Sub Speech_SaPS (x, y, text$) 'Speak and PrintString

    _PrintString (x, y), text$

    Speech_Say text$

End Sub

RE: Text to Speech Library (Windows only) - Dimster - 10-26-2022

Works like a charm - thanks Mr. Wizzard

RE: Text to Speech Library (Windows only) - SMcNeill - 11-06-2022

(10-25-2022, 01:21 PM)Spriggsy Wrote: Steve, now you need to do Speech to Text (which PowerShell does support).

I was playing around with this concept a little bit this evening. From what I can tell, it's a worthless endeavor. Try this little powershell snippet out for example (save as something like "Test.ps1").

Code: (Select All)
add-type -assemblyname system.speech

$sp = [System.Speech.Recognition.SpeechRecognitionEngine]::new()

$sp.LoadGrammar([System.Speech.Recognition.DictationGrammar]::new())

$sp.SetInputToDefaultAudioDevice()

$result = $sp.Recognize()

$result

Now, powershell didn't like me just running the file as it exists, so I had to bypass a few security settings with:

Code: (Select All)
powershell -executionpolicy ByPass -File .\Test.ps1

Run it, and you get a blank prompt which basically appears to do nothing. (It's waiting a few seconds for you to talk to it...) Say something, and watch the hilarity ensue as it tries to decipher what you just said.

"Do you understand me at all?":

Code: (Select All)
Audio                : System.Speech.Recognition.RecognizedAudio

Alternates          : {0, 0, 0, 0...}

Text                : Then we now understand me at all

Confidence          : 0.08942806

Words                : {System.Speech.Recognition.RecognizedWordUnit, System.Speech.Recognition.RecognizedWordUnit,

                      System.Speech.Recognition.RecognizedWordUnit, System.Speech.Recognition.RecognizedWordUnit...}

Semantics            : {}

Homophones          : {0, 0, 0, 0...}

Grammar              : System.Speech.Recognition.DictationGrammar

ReplacementWordUnits : {System.Speech.Recognition.ReplacementText}

HomophoneGroupId    : 0

About 9% confidence that "Then we now understand me at all" is what I said...

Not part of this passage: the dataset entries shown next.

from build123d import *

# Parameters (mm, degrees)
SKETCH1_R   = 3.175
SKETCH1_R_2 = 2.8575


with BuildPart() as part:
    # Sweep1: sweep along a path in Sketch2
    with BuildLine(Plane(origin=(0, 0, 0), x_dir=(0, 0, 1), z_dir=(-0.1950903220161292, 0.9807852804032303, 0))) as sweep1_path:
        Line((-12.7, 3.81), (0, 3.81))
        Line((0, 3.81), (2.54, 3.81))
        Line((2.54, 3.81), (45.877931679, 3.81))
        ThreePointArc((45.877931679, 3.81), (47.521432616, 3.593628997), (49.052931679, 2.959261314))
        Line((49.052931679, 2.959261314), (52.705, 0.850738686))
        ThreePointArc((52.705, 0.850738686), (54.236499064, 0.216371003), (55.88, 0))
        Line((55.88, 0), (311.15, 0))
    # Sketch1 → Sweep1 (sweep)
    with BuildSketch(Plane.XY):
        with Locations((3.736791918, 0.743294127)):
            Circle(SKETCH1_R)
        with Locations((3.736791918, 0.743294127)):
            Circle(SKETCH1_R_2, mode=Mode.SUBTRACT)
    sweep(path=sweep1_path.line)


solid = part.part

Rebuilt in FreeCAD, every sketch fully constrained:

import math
import FreeCAD as App
import Part
import Sketcher

V = App.Vector
Q = App.Units.Quantity

doc = App.newDocument("Part")
body = doc.addObject("PartDesign::Body", "Body")

sketch1 = body.newObject("Sketcher::SketchObject", "Sketch")
sketch1.AttachmentSupport = (doc.getObject("XY_Plane"), [""])
sketch1.MapMode = "FlatFace"
sketch1.addGeometry([
    Part.Circle(V(3.7, 0.7, 0), V(0, 0, 1), 3.2),
    Part.Circle(V(3.7, 0.7, 0), V(0, 0, 1), 2.9),
], False)
sketch1.addConstraint([
    Sketcher.Constraint("Coincident", 1, 3, 0, 3),
    Sketcher.Constraint("Diameter", 0, Q("0.25 in")),
    Sketcher.Constraint("Diameter", 1, Q("0.225 in")),
    Sketcher.Constraint("DistanceX", -1, 1, 0, 3, Q("3.736792 mm")),
    Sketcher.Constraint("DistanceY", -1, 1, 0, 3, Q("0.743294 mm")),
])

sketch2 = body.newObject("Sketcher::SketchObject", "Sketch001")
sketch2.Placement = App.Placement(V(0, 0, 0), App.Rotation(V(0.98078528, 0.195090322, 0), V(0, 0, 0.999999999), V(0.195090322, -0.98078528, 0), "ZXY"))
sketch2.addGeometry([
    Part.LineSegment(V(3.8, -12.7, 0), V(3.8, 45.9, 0)),
    Part.ArcOfCircle(Part.Circle(V(-2.5, 45.9, 0), V(0, 0, 1), 6.3), math.radians(0), math.radians(30)),
    Part.LineSegment(V(3, 49.1, 0), V(0.9, 52.7, 0)),
    Part.ArcOfCircle(Part.Circle(V(6.3, 55.9, 0), V(0, 0, 1), 6.4), math.radians(180), math.radians(210)),
    Part.LineSegment(V(0, 55.9, 0), V(0, 311.1, 0)),
], False)
sketch2.addConstraint([
    Sketcher.Constraint("Tangent", 0, 2, 1, 1),
    Sketcher.Constraint("Tangent", 1, 2, 2, 1),
    Sketcher.Constraint("Tangent", 2, 2, 3, 2),
    Sketcher.Constraint("Tangent", 3, 1, 4, 1),
    Sketcher.Constraint("Vertical", 0),
    Sketcher.Constraint("Vertical", 4),
    Sketcher.Constraint("Equal", 1, 3),
    Sketcher.Constraint("PointOnObject", 3, 1, -2),
    Sketcher.Constraint("Radius", 1, Q("0.25 in")),
    Sketcher.Constraint("Angle", 2, Q("120 deg")),
    Sketcher.Constraint("DistanceY", 4, 1, 4, 2, Q("10.05 in")),
    Sketcher.Constraint("DistanceX", 1, 3, -1, 1, Q("0.1 in")),
    Sketcher.Constraint("DistanceY", -1, 1, 3, 3, Q("2.2 in")),
    Sketcher.Constraint("DistanceY", 0, 1, -1, 1, Q("0.5 in")),
])
doc.recompute()

additivepipe = body.newObject("PartDesign::AdditivePipe", "AdditivePipe")
additivepipe.Profile = sketch1
additivepipe.Spine = (sketch2, ["Edge1", "Edge2", "Edge3", "Edge4", "Edge5"])

doc.recompute()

And so, I tested it multiple times with a simple "HELLO WORLD" speech... My results were:

Code: (Select All)
Text                : A year later in

Text                : Al Oleg

Text                : The Moraga

Text                : The elena's

Text                : That illusion were in

5 tries, and as you can see, 5 nonsensical translations of what I said.

Now, is this an issue of a poor microphone? Poor speech training on my PC?

Code: (Select All)
I don't know the problem seems to be that it just doesn't understand me because these last few lines here I dictated flawlessly into Microsoft Word with my same setup on my PC

As it looks to me, Powershell speech-to-text isn't something worth me wasting my time exploring, since it never seems to generate more than an 8% certainty on anything I say.